» **ACTION ITEM**:
Every line of the data that includes "align" should be copied out.

[Stored items]
::::

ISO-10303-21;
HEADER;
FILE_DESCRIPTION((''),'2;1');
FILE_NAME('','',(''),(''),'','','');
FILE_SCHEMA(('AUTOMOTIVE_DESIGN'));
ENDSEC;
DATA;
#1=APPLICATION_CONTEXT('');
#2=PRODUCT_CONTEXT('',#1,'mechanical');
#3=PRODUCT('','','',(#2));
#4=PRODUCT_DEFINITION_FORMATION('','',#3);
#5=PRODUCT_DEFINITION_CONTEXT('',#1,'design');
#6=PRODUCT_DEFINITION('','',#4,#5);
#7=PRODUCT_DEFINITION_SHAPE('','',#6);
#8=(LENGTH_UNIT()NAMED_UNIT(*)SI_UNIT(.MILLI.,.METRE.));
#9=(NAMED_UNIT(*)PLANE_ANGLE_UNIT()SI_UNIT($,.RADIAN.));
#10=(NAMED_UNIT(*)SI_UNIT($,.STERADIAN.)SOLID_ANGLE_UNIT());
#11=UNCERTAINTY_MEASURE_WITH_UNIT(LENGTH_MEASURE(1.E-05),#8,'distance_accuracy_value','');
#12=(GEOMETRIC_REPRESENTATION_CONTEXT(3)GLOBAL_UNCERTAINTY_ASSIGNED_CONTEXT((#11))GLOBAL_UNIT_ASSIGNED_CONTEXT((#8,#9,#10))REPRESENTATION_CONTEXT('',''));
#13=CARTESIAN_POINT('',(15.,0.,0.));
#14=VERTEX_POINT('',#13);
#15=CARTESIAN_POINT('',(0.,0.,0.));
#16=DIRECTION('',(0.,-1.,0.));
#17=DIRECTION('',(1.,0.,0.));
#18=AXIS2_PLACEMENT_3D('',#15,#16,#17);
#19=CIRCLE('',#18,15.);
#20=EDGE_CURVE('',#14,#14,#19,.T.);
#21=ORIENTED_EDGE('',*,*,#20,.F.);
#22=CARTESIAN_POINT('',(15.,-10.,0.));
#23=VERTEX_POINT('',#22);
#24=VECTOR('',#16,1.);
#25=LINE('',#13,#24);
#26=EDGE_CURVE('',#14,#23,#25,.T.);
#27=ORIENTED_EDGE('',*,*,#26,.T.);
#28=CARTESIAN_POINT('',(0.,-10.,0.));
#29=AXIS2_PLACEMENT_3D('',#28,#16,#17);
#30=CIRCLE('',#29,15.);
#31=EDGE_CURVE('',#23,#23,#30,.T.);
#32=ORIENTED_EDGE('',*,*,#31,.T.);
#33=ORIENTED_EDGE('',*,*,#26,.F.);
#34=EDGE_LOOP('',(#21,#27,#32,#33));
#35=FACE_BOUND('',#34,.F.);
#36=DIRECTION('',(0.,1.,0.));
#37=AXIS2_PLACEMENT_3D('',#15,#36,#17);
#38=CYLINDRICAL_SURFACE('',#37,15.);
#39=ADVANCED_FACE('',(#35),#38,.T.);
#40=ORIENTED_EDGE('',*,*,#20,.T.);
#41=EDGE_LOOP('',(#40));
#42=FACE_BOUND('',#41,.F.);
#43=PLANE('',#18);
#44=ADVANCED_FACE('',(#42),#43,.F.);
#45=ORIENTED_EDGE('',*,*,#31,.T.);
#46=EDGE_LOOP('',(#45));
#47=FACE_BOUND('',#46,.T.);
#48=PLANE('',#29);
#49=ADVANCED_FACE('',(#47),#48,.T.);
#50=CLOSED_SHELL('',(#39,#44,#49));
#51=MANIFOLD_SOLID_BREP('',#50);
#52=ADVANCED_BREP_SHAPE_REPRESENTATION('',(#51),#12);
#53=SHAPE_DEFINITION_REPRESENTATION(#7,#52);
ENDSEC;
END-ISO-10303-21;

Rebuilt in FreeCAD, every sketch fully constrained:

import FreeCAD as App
import Part
import Sketcher
from FreeCAD import Vector
Q = App.Units.Quantity

doc = App.newDocument("Part")
body = doc.addObject("PartDesign::Body", "Body")

# Sketch on XZ plane
sketch1 = body.newObject("Sketcher::SketchObject", "Sketch")
sketch1.AttachmentSupport = (doc.getObject("XZ_Plane"), [""])
sketch1.MapMode = "FlatFace"
sketch1.addGeometry(Part.Circle(Vector(0, 0, 0), Vector(0, 0, 1), 15), False)
sketch1.addConstraint(Sketcher.Constraint("Coincident", 0, 3, -1, 1))
sketch1.addConstraint(Sketcher.Constraint("Diameter", 0, Q("30 mm")))
pad1 = body.newObject("PartDesign::Pad", "Pad")
pad1.Profile = sketch1
pad1.Length = 10

doc.recompute()
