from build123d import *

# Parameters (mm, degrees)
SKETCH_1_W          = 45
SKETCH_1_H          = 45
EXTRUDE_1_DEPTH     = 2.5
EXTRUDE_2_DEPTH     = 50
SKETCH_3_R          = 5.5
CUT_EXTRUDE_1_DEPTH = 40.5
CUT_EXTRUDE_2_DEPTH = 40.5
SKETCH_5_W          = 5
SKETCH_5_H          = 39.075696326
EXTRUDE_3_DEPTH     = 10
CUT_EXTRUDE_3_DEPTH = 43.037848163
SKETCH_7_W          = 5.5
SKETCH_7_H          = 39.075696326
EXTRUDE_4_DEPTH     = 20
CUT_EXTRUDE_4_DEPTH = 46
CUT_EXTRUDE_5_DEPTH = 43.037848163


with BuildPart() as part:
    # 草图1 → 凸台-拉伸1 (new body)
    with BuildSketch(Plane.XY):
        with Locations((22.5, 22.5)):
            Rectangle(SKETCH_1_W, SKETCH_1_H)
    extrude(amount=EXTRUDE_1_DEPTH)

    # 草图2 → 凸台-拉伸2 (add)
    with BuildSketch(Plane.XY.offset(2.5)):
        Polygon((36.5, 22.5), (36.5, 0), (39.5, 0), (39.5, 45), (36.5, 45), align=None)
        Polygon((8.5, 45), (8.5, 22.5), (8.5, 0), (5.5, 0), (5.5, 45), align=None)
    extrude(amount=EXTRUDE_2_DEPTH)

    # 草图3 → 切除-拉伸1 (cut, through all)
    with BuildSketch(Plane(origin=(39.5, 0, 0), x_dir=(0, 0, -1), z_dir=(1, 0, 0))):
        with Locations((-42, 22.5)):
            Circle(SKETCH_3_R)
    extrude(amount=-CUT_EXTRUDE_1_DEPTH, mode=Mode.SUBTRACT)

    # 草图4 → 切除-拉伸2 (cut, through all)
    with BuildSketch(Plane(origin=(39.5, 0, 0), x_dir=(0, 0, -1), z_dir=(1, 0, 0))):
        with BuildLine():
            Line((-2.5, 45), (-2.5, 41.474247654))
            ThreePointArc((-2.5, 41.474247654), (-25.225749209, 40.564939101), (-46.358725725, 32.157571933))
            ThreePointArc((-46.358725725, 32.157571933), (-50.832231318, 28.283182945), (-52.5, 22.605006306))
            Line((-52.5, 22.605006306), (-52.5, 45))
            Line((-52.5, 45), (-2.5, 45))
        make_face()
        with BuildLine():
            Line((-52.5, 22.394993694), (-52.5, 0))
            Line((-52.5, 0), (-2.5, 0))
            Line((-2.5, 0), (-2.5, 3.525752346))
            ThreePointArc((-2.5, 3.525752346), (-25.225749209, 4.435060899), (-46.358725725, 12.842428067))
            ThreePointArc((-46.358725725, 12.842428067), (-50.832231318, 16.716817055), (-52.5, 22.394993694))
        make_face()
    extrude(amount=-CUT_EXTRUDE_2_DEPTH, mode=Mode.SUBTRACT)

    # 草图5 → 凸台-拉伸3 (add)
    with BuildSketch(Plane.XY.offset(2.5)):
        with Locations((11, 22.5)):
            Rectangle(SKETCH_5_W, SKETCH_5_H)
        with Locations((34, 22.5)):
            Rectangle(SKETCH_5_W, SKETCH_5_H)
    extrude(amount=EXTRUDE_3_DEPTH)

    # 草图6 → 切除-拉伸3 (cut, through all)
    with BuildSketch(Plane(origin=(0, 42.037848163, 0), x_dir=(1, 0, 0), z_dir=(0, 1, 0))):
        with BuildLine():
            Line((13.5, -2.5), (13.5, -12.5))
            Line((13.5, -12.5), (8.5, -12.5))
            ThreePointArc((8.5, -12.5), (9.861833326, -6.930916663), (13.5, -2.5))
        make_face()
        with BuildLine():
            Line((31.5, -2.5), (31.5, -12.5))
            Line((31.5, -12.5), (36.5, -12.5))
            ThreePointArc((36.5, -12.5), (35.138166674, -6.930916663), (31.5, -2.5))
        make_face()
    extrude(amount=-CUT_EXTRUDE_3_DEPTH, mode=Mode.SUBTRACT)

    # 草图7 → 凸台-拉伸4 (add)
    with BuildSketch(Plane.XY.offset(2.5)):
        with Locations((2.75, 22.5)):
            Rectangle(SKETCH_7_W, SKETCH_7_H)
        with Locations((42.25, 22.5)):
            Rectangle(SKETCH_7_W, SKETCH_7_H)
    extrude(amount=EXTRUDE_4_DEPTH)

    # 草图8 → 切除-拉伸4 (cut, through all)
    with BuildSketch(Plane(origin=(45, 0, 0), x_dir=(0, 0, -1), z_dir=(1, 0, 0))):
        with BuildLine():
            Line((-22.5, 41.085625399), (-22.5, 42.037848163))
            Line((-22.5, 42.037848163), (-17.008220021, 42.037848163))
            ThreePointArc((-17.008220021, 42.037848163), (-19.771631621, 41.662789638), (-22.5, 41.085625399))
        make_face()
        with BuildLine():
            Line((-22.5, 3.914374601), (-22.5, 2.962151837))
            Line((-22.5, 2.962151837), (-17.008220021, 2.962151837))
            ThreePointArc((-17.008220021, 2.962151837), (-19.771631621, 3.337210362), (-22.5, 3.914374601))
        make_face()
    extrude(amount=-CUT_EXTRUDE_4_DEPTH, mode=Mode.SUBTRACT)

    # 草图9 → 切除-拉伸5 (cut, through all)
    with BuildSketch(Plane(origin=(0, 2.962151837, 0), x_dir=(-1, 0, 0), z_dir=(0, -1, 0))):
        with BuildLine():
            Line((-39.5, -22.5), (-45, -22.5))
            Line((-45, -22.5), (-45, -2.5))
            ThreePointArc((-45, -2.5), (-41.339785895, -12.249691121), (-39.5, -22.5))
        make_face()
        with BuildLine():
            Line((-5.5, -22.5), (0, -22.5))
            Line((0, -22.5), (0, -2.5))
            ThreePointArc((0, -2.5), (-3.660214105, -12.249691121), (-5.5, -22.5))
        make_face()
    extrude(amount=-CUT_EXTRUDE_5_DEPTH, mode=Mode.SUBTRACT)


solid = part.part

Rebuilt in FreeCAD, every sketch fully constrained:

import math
import FreeCAD as App
import Part
import Sketcher

V = App.Vector
Q = App.Units.Quantity


def add_polygon(sketch, points):
    """Adds a closed chain of lines whose ends are joined by coincident constraints."""
    first, n = sketch.GeometryCount, len(points)
    for a, b in zip(points, points[1:] + points[:1]):
        sketch.addGeometry(Part.LineSegment(App.Vector(*a, 0), App.Vector(*b, 0)), False)
    for i in range(n):
        sketch.addConstraint(Sketcher.Constraint("Coincident", first + i, 2, first + (i + 1) % n, 1))

doc = App.newDocument("Part")
body = doc.addObject("PartDesign::Body", "Body")

# Sketch on XY plane
sketch1 = doc.addObject("Sketcher::SketchObject", "Sketch")
body.addObject(sketch1)
sketch1.AttachmentSupport = (doc.XY_Plane, [""])
sketch1.MapMode = "FlatFace"
add_polygon(sketch1, [(0, 45), (0, 0), (45, 0), (45, 45)])  # lines 0-3
sketch1.addConstraint([
    Sketcher.Constraint("Vertical", 0),
    Sketcher.Constraint("Horizontal", 1),
    Sketcher.Constraint("Vertical", 2),
    Sketcher.Constraint("Horizontal", 3),
    Sketcher.Constraint("Coincident", 0, 2, -1, 1),
    Sketcher.Constraint("Equal", 3, 0),
    Sketcher.Constraint("DistanceX", 1, 1, 1, 2, Q("45 mm")),
])
pad1 = doc.addObject("PartDesign::Pad", "Pad")
body.addObject(pad1)
pad1.Profile = sketch1
pad1.Length = 2.5

# Sketch on XY plane
sketch2 = doc.addObject("Sketcher::SketchObject", "Sketch001")
body.addObject(sketch2)
sketch2.AttachmentSupport = (doc.XY_Plane, [""])
sketch2.MapMode = "FlatFace"
sketch2.AttachmentOffset = App.Placement(V(0, 0, 2.5), App.Rotation())
add_polygon(sketch2, [(36.5, 0), (39.5, 0), (39.5, 45), (36.5, 45)])  # lines 0-3
add_polygon(sketch2, [(8.5, 0), (8.5, 45), (5.5, 45), (5.5, 0)])  # lines 4-7
sketch2.addConstraint([
    Sketcher.Constraint("Horizontal", 0),
    Sketcher.Constraint("Vertical", 1),
    Sketcher.Constraint("Horizontal", 2),
    Sketcher.Constraint("Vertical", 3),
    Sketcher.Constraint("Vertical", 4),
    Sketcher.Constraint("Horizontal", 5),
    Sketcher.Constraint("Vertical", 6),
    Sketcher.Constraint("Horizontal", 7),
    Sketcher.Constraint("PointOnObject", 0, 2, -1),
    Sketcher.Constraint("PointOnObject", 6, 2, -1),
    Sketcher.Constraint("Horizontal", 2, 2, 4, 2),
    Sketcher.Constraint("Equal", 2, 5),
    Sketcher.Constraint("DistanceX", 0, 1, 0, 2, Q("3 mm")),
    Sketcher.Constraint("DistanceY", 1, 1, 1, 2, Q("45 mm")),
    Sketcher.Constraint("DistanceX", 4, 2, 2, 2, Q("28 mm")),
    Sketcher.Constraint("DistanceX", -1, 1, 0, 2, Q("39.5 mm")),
])
pad2 = doc.addObject("PartDesign::Pad", "Pad001")
body.addObject(pad2)
pad2.Profile = sketch2
pad2.Length = 50

# Sketch on YZ plane
sketch3 = doc.addObject("Sketcher::SketchObject", "Sketch002")
body.addObject(sketch3)
sketch3.AttachmentSupport = (doc.YZ_Plane, [""])
sketch3.MapMode = "FlatFace"
sketch3.AttachmentOffset = App.Placement(V(0, 0, 39.5), App.Rotation())
sketch3.addGeometry(Part.Circle(V(22, 42, 0), V(0, 0, 1), 6), False)
sketch3.addConstraint([
    Sketcher.Constraint("Diameter", 0, Q("11 mm")),
    Sketcher.Constraint("DistanceY", -1, 1, 0, 3, Q("42 mm")),
    Sketcher.Constraint("DistanceX", -1, 1, 0, 3, Q("22.5 mm")),
])
pocket1 = doc.addObject("PartDesign::Pocket", "Pocket")
body.addObject(pocket1)
pocket1.Profile = sketch3
pocket1.Type = "ThroughAll"

# Sketch on YZ plane
sketch4 = doc.addObject("Sketcher::SketchObject", "Sketch003")
body.addObject(sketch4)
sketch4.AttachmentSupport = (doc.YZ_Plane, [""])
sketch4.MapMode = "FlatFace"
sketch4.AttachmentOffset = App.Placement(V(0, 0, 39.5), App.Rotation())
sketch4.addGeometry([
    Part.LineSegment(V(41.474248, 2.5, 0), V(45, 2.5, 0)),  # 0
    Part.LineSegment(V(45, 2.5, 0), V(45, 52.5, 0)),  # 1
    Part.LineSegment(V(45, 52.5, 0), V(22.605006, 52.5, 0)),  # 2
    Part.ArcOfCircle(Part.Circle(V(22.605006, 42, 0), V(0, 0, 1), 10.5), math.radians(24.526668), math.radians(90)),  # 3
    Part.ArcOfCircle(Part.Circle(V(-25.445771, 11.203445, 0), V(0, 0, 1), 67.48362), math.radians(-7.410148), math.radians(31.395688)),  # 4
    Part.LineSegment(V(22.394994, 52.5, 0), V(0, 52.5, 0)),  # 5
    Part.LineSegment(V(0, 52.5, 0), V(0, 2.5, 0)),  # 6
    Part.LineSegment(V(0, 2.5, 0), V(3.525752, 2.5, 0)),  # 7
    Part.ArcOfCircle(Part.Circle(V(70.445771, 11.203445, 0), V(0, 0, 1), 67.48362), math.radians(148.604312), math.radians(187.410148)),  # 8
    Part.ArcOfCircle(Part.Circle(V(22.394994, 42, 0), V(0, 0, 1), 10.5), math.radians(90), math.radians(155.473332)),  # 9
], False)
sketch4.addConstraint([
    Sketcher.Constraint("Coincident", 0, 2, 1, 1),
    Sketcher.Constraint("Coincident", 1, 2, 2, 1),
    Sketcher.Constraint("Coincident", 2, 2, 3, 2),
    Sketcher.Constraint("Coincident", 3, 1, 4, 2),
    Sketcher.Constraint("Coincident", 4, 1, 0, 1),
    Sketcher.Constraint("Coincident", 5, 2, 6, 1),
    Sketcher.Constraint("Coincident", 6, 2, 7, 1),
    Sketcher.Constraint("Coincident", 7, 2, 8, 2),
    Sketcher.Constraint("Coincident", 8, 1, 9, 2),
    Sketcher.Constraint("Coincident", 9, 1, 5, 1),
    Sketcher.Constraint("Horizontal", 0),
    Sketcher.Constraint("Vertical", 1),
    Sketcher.Constraint("Horizontal", 2),
    Sketcher.Constraint("Horizontal", 5),
    Sketcher.Constraint("Vertical", 6),
    Sketcher.Constraint("Horizontal", 7),
    Sketcher.Constraint("PointOnObject", 5, 2, -2),
    Sketcher.Constraint("Radius", 3, Q("10.5 mm")),
    Sketcher.Constraint("Radius", 9, Q("10.5 mm")),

::::

» **OUTPUT FOR THIS TASK**:
        Polygon((36.5, 22.5), (36.5, 0), (39.5, 0), (39.5, 45), (36.5, 45), align=None)
        Polygon((8.5, 45), (8.5, 22.5), (8.5, 0), (5.5, 0), (5.5, 45), align=None)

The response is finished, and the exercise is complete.